● **Problem to solve**:
Could each entry below be printed again exactly as given?

*** Opening Exercise inputs ***

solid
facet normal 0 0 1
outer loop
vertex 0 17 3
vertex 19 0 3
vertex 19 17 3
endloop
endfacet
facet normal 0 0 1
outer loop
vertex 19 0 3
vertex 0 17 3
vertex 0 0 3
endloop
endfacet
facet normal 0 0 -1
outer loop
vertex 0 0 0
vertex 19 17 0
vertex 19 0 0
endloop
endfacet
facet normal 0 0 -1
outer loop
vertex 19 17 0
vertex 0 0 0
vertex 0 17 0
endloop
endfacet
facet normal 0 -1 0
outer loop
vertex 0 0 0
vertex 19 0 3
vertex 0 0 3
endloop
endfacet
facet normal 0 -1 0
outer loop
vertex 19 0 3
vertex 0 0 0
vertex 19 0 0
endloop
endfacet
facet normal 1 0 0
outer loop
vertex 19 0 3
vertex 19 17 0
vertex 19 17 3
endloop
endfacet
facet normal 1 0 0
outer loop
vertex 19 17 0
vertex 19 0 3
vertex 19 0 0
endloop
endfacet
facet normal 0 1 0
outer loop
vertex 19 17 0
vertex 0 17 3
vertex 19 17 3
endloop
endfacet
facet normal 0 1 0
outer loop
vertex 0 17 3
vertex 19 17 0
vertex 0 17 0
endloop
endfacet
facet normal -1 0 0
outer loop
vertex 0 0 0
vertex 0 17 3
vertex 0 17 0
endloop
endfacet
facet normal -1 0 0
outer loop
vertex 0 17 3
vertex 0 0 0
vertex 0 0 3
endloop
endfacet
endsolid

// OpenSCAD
// Generated by SolidPython 1.0.1 on 2020-07-29 00:46:56


cube(size = [19, 17, 3]);
/***********************************************
*********      SolidPython code:      **********
************************************************
 
# import packages: SolidPython
from solid import *
from solid.utils import *
from itertools import chain, combinations, permutations


class Resize:

    def __init__(self, scad_file):
        self.scad_file = scad_file
        #self.scad_file = import_scad(scad_file)
        # cone/cylinder param:
        self.r1 = 0
        self.r2 = 0
        self.h = 0
        # rectangular prism param:
        self.w = 0
        self.l = 0
        # ellipse param:
        self.r = 0

    # import OpenScad code (file name corresponds to shape)


    # classify shape + parameters
    def assign(self, param1, param2, param3):
        if self.scad_file == 'cone.scad':
            self.r1 = param1
            self.r2 = param2
            self.h = param3
        elif self.scad_file == 'cylinder.scad':
            self.r1 = param1
            self.r2 = param2
            self.h = param3
        elif self.scad_file == 'rectangularPrism.scad':
            self.h = param1
            self.l = param2
            self.w = param3
        else:
            self.r = param1
            self.h = param2

    # resize parameters
    def iterate(self):
        x = range(3, 20, 2)
        i = 1
        if self.scad_file == 'cone.scad':
            tempList = list(permutations(x, 2))
            for temp in tempList:
                param1 = temp[0]
                param2 = temp[1]
                filepath = 'produced_scad_files/' + 'cone' + str(param1) + '_' + str(param2) + '_' + '.scad'
                scad_render_to_file(cylinder(h=param1, r1=param2, r2=0), filepath)

        elif self.scad_file == 'cylinder.scad':
            tempList = list(permutations(x, 3))
            for temp in tempList:
                param1 = temp[0]
                param2 = temp[1]
                filepath = 'produced_scad_files/' + 'cylinder' + str(param1) + '_' + str(param2) + '_' + '.scad'
                scad_render_to_file(cylinder(h=param1, r1=param2, r2=param2), filepath)

        elif self.scad_file == 'rectangularPrism.scad':
            tempList = list(permutations(x, 3))
            for temp in tempList:
                param1 = temp[0]
                param2 = temp[1]
                param3 = temp[2]
                filepath = 'produced_scad_files/' + 'rectangularPrism' + str(param1) + '_' + str(param2) + '_' + str(
                    param3) + '.scad'
                scad_render_to_file(cube(size=(param1, param2, param3)), filepath)

        elif self.scad_file == 'ellipse.scad':
            tempList = list(permutations(x, 4))
            for temp in tempList:
                param1 = temp[0]
                param2 = temp[1]
                param3 = temp[2]
                param4 = temp[3]
                filepath = 'produced_scad_files/' + 'ellipse' + str(param1) + '_' + str(param2) + '_' + str(param3) + '_' + str(param4) + '.scad'
                scad_render_to_file(scale([param1, param2, param3])(sphere(r=param4)), filepath)

    def render_to_scadfile(self):
        scad_render_to_file(scad, 'example.scad') 
 
************************************************/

*** Closing Exercise inputs ***

● **Result**:
solid
facet normal 0 0 1
outer loop
vertex 0 17 3
vertex 19 0 3
vertex 19 17 3
endloop
endfacet
facet normal 0 0 1
outer loop
vertex 19 0 3
vertex 0 17 3
vertex 0 0 3
endloop
endfacet
facet normal 0 0 -1
outer loop
vertex 0 0 0
vertex 19 17 0
vertex 19 0 0
endloop
endfacet
facet normal 0 0 -1
outer loop
vertex 19 17 0
vertex 0 0 0
vertex 0 17 0
endloop
endfacet
facet normal 0 -1 0
outer loop
vertex 0 0 0
vertex 19 0 3
vertex 0 0 3
endloop
endfacet
facet normal 0 -1 0
outer loop
vertex 19 0 3
vertex 0 0 0
vertex 19 0 0
endloop
endfacet
facet normal 1 0 0
outer loop
vertex 19 0 3
vertex 19 17 0
vertex 19 17 3
endloop
endfacet
facet normal 1 0 0
outer loop
vertex 19 17 0
vertex 19 0 3
vertex 19 0 0
endloop
endfacet
facet normal 0 1 0
outer loop
vertex 19 17 0
vertex 0 17 3
vertex 19 17 3
endloop
endfacet
facet normal 0 1 0
outer loop
vertex 0 17 3
vertex 19 17 0
vertex 0 17 0
endloop
endfacet
facet normal -1 0 0
outer loop
vertex 0 0 0
vertex 0 17 3
vertex 0 17 0
endloop
endfacet
facet normal -1 0 0
outer loop
vertex 0 17 3
vertex 0 0 0
vertex 0 0 3
endloop
endfacet
endsolid

// OpenSCAD
// Generated by SolidPython 1.0.1 on 2020-07-29 00:46:56


cube(size = [19, 17, 3]);
/***********************************************
*********      SolidPython code:      **********
************************************************
 
# import packages: SolidPython
from solid import *
from solid.utils import *
from itertools import chain, combinations, permutations


class Resize:

    def __init__(self, scad_file):
        self.scad_file = scad_file
        #self.scad_file = import_scad(scad_file)
        # cone/cylinder param:
        self.r1 = 0
        self.r2 = 0
        self.h = 0
        # rectangular prism param:
        self.w = 0
        self.l = 0
        # ellipse param:
        self.r = 0

    # import OpenScad code (file name corresponds to shape)


    # classify shape + parameters
    def assign(self, param1, param2, param3):
        if self.scad_file == 'cone.scad':
            self.r1 = param1
            self.r2 = param2
            self.h = param3
        elif self.scad_file == 'cylinder.scad':
            self.r1 = param1
            self.r2 = param2
            self.h = param3
        elif self.scad_file == 'rectangularPrism.scad':
            self.h = param1
            self.l = param2
            self.w = param3
        else:
            self.r = param1
            self.h = param2

    # resize parameters
    def iterate(self):
        x = range(3, 20, 2)
        i = 1
        if self.scad_file == 'cone.scad':
            tempList = list(permutations(x, 2))
            for temp in tempList:
                param1 = temp[0]
                param2 = temp[1]
                filepath = 'produced_scad_files/' + 'cone' + str(param1) + '_' + str(param2) + '_' + '.scad'
                scad_render_to_file(cylinder(h=param1, r1=param2, r2=0), filepath)

        elif self.scad_file == 'cylinder.scad':
            tempList = list(permutations(x, 3))
            for temp in tempList:
                param1 = temp[0]
                param2 = temp[1]
                filepath = 'produced_scad_files/' + 'cylinder' + str(param1) + '_' + str(param2) + '_' + '.scad'
                scad_render_to_file(cylinder(h=param1, r1=param2, r2=param2), filepath)

        elif self.scad_file == 'rectangularPrism.scad':
            tempList = list(permutations(x, 3))
            for temp in tempList:
                param1 = temp[0]
                param2 = temp[1]
                param3 = temp[2]
                filepath = 'produced_scad_files/' + 'rectangularPrism' + str(param1) + '_' + str(param2) + '_' + str(
                    param3) + '.scad'
                scad_render_to_file(cube(size=(param1, param2, param3)), filepath)

        elif self.scad_file == 'ellipse.scad':
            tempList = list(permutations(x, 4))
            for temp in tempList:
                param1 = temp[0]
                param2 = temp[1]
                param3 = temp[2]
                param4 = temp[3]
                filepath = 'produced_scad_files/' + 'ellipse' + str(param1) + '_' + str(param2) + '_' + str(param3) + '_' + str(param4) + '.scad'
                scad_render_to_file(scale([param1, param2, param3])(sphere(r=param4)), filepath)

    def render_to_scadfile(self):
        scad_render_to_file(scad, 'example.scad') 
 
************************************************/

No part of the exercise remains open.